Here is a pic of a log with stump attached done by the pros. You can see how they tapered the cuts through the side roots toward the tap root. It looks like a giant pencil that's been sharpened. This will allow you to get the gnarly thing up on a mill.





I've had 2 stumps slabbed and I don't know any rules for orientation for a stump on a mill. I just had them make one cut, then flip the stump and slab it. I cut my slabs for gunstocks 2 3/4". When the blank is dry, (5 yrs. air dry) plane it both sides and that should leave you 2 1/2" which is perfect to put on a duplicator machine. Expect lots of lost wood due to cracks, voids, and bug damage. I just sealed the ends of the blanks like normal with AS2. The stump wood seems to move a lot while it's drying. It's all worth it though, in my opinion. Here's a pic of a butt stock done with stump wood. Gary

Reactions: Like 1 | EyeCandy! 5 | Way Cool 4


----------



## Ken Martin (Feb 17, 2016)

Well that's disappointing, but hey! It was free, so I can't complain! I'll take what u can get out of it. Should be some pretty bowls, turkey call strikers, and such. 
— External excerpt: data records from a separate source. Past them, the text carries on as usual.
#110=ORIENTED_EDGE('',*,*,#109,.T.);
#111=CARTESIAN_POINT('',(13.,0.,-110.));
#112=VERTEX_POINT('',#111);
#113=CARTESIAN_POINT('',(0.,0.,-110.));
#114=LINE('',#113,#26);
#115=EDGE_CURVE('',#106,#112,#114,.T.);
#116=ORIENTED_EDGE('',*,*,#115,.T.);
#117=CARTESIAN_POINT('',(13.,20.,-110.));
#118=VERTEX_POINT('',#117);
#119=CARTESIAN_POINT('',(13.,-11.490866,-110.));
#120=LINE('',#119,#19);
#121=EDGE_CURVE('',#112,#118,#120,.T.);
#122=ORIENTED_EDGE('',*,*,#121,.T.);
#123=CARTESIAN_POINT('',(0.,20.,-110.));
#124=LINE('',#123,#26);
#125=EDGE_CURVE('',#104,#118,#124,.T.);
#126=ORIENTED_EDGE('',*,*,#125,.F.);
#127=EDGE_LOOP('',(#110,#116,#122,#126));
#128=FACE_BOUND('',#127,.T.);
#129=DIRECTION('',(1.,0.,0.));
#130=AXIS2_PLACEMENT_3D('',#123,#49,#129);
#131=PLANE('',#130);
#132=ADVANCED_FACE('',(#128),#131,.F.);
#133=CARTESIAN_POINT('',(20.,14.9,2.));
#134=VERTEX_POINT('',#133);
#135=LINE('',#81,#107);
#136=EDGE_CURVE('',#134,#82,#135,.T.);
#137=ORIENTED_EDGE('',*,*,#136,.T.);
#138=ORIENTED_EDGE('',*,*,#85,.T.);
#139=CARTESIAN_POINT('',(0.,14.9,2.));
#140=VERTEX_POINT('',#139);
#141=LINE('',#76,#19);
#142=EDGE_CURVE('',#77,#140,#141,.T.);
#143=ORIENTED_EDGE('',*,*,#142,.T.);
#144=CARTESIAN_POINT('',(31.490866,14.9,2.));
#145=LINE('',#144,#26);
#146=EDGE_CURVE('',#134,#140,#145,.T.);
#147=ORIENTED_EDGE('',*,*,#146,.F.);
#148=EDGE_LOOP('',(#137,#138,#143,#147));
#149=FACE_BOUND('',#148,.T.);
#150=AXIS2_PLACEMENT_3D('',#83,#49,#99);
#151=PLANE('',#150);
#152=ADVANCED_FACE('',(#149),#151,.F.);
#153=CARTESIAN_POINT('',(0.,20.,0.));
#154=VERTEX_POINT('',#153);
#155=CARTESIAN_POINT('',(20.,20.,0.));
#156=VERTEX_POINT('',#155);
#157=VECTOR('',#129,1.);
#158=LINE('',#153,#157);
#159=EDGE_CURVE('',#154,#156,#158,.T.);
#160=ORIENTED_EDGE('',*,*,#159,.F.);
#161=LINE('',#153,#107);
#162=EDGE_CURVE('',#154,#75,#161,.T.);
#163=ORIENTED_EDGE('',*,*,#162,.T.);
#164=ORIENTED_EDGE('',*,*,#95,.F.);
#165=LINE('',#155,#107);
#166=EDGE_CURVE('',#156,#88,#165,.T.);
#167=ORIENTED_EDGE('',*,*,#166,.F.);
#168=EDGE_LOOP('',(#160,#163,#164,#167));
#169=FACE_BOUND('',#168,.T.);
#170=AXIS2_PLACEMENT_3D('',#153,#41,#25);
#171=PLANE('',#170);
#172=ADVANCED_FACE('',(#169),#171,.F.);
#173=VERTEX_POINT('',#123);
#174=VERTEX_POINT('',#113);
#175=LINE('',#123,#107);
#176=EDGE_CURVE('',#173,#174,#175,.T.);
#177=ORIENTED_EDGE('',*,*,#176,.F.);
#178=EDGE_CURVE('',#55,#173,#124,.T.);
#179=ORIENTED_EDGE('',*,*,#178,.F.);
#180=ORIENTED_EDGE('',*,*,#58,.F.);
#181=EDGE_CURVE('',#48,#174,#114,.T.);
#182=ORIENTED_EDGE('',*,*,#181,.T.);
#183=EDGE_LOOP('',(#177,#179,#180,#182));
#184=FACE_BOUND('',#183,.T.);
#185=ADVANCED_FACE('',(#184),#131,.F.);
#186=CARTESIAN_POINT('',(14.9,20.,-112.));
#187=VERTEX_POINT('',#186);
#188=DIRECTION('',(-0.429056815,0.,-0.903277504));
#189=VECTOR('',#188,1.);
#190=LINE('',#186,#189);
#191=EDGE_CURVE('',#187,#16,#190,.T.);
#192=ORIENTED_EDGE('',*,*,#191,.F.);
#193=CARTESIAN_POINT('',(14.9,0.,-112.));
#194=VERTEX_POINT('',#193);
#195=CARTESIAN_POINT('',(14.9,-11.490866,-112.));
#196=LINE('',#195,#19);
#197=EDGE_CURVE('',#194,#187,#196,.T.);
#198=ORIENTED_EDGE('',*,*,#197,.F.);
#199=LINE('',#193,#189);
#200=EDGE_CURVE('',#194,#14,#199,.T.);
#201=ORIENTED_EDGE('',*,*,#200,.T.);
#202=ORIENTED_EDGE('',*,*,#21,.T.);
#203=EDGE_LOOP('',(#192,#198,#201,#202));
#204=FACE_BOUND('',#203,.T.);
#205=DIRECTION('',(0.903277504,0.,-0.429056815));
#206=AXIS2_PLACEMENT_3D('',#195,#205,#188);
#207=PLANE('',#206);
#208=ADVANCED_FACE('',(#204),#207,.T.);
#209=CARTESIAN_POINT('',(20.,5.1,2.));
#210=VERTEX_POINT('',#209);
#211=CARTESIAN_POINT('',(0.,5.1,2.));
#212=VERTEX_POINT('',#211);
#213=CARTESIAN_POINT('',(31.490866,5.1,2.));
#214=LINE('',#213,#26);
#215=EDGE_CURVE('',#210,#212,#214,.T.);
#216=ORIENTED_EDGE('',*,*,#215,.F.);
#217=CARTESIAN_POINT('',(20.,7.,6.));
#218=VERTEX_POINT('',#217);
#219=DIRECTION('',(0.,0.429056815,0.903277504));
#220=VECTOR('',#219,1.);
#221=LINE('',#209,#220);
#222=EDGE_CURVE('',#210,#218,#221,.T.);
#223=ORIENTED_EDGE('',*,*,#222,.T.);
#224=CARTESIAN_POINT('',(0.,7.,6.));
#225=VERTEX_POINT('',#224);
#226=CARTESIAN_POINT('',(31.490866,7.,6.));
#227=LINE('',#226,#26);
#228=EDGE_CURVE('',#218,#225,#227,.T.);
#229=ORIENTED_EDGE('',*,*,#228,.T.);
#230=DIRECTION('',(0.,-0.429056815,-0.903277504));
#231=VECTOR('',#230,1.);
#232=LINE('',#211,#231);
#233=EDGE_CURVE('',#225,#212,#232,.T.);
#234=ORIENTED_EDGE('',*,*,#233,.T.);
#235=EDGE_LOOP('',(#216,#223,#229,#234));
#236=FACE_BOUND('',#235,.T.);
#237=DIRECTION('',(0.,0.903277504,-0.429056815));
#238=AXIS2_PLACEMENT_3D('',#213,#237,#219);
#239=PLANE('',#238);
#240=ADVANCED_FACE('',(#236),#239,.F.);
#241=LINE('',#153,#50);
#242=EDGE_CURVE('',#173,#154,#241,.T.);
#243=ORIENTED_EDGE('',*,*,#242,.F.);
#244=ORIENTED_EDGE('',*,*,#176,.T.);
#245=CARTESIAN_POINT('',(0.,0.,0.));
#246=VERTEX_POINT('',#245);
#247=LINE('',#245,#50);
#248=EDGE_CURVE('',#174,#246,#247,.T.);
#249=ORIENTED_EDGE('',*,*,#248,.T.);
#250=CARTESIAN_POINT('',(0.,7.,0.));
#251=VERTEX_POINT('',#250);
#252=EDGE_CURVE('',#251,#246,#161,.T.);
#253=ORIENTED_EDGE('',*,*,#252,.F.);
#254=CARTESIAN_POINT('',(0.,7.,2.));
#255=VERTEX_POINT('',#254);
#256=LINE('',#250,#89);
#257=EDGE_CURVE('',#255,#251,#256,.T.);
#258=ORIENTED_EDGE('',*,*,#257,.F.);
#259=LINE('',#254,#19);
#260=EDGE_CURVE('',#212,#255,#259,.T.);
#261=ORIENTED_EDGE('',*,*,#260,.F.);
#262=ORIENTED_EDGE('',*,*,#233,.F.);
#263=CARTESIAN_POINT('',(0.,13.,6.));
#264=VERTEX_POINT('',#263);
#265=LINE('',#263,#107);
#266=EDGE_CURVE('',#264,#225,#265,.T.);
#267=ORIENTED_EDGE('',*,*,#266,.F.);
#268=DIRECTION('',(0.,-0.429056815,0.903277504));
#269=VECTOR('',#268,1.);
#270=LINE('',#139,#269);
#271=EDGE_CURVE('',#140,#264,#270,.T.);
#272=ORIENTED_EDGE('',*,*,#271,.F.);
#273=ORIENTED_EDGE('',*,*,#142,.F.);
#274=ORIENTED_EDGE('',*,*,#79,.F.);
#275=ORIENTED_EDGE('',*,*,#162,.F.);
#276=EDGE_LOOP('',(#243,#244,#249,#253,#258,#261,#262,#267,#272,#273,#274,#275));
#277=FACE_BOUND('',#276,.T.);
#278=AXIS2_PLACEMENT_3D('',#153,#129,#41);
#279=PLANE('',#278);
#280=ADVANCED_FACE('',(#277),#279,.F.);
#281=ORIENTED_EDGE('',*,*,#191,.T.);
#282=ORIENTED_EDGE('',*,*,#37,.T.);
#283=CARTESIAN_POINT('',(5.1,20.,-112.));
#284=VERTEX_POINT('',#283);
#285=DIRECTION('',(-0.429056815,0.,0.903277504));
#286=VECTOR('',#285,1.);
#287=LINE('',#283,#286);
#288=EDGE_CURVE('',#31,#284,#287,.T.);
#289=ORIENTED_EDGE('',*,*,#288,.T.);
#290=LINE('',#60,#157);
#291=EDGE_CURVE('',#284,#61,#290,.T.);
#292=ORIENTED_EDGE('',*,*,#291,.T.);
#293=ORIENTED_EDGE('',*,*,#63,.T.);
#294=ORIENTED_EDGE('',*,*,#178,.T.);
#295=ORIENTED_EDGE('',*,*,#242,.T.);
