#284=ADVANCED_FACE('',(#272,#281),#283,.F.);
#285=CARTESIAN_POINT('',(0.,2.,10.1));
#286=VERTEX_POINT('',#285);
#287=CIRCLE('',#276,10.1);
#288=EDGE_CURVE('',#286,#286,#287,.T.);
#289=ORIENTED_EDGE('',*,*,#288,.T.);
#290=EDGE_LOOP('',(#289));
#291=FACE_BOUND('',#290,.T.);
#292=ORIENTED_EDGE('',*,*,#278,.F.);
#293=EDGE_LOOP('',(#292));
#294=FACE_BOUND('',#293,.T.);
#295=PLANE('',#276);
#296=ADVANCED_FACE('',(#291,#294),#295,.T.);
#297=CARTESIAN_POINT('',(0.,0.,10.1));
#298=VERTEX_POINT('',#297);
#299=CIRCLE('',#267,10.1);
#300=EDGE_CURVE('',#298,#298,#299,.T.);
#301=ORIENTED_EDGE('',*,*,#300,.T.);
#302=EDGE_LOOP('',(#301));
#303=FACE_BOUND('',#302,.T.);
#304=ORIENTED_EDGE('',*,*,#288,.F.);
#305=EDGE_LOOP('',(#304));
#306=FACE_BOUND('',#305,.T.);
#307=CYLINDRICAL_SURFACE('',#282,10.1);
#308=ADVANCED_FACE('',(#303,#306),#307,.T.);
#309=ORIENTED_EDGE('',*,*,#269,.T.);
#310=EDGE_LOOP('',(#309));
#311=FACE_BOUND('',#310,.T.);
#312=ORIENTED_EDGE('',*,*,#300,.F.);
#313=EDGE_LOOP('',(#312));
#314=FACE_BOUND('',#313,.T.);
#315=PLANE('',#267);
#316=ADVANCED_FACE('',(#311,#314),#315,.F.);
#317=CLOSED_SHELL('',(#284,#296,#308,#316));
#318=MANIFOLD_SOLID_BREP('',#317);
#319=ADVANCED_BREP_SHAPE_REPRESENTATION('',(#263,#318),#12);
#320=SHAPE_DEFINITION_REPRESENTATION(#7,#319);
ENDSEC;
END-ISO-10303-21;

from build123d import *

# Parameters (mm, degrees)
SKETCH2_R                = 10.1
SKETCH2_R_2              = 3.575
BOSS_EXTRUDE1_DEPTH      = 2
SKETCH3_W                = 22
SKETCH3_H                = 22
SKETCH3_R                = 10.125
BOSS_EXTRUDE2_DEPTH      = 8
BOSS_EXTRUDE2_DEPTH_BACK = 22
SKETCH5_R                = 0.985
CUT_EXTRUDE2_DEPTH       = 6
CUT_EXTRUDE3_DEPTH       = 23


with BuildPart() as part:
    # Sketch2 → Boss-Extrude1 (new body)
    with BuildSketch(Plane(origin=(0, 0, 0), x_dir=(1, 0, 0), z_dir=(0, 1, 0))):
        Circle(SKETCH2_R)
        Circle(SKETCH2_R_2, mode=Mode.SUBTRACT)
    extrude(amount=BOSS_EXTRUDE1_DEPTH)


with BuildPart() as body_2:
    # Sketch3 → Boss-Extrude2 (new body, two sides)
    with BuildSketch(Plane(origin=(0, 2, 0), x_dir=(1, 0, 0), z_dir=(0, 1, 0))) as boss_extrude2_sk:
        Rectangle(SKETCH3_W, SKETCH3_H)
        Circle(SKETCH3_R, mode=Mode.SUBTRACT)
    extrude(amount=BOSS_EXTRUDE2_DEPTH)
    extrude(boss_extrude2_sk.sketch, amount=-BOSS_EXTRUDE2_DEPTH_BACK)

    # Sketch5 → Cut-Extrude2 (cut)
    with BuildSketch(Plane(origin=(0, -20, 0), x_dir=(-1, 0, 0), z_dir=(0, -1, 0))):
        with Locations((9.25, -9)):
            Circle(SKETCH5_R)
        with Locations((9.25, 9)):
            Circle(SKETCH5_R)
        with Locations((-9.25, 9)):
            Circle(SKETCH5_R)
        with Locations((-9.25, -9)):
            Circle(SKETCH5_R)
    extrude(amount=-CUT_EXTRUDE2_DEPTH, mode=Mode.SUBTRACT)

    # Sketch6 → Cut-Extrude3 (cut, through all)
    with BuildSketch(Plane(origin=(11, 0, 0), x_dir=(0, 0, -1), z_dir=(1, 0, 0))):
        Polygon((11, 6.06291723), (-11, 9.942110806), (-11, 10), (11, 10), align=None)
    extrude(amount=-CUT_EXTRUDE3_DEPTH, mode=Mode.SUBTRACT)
Thanks, Gary! That's great information and just what I needed!

Reactions: Like 1


----------



## HomeBody (Feb 20, 2016)

Ken Martrin said:


> Well that's disappointing, but hey! It was free, so I can't complain! I'll take what u can get out of it. Should be some pretty bowls, turkey call strikers, and such.
> 
> Thanks, Gary! That's great information and just what I needed!



Go for it! You'll get something good out of it for sure. If the tree was alive recently, when you cut the roots off black juice will come out. Walnut sap I guess. If you can catch some it makes great stain. Gary

Reactions: Thank You! 1


----------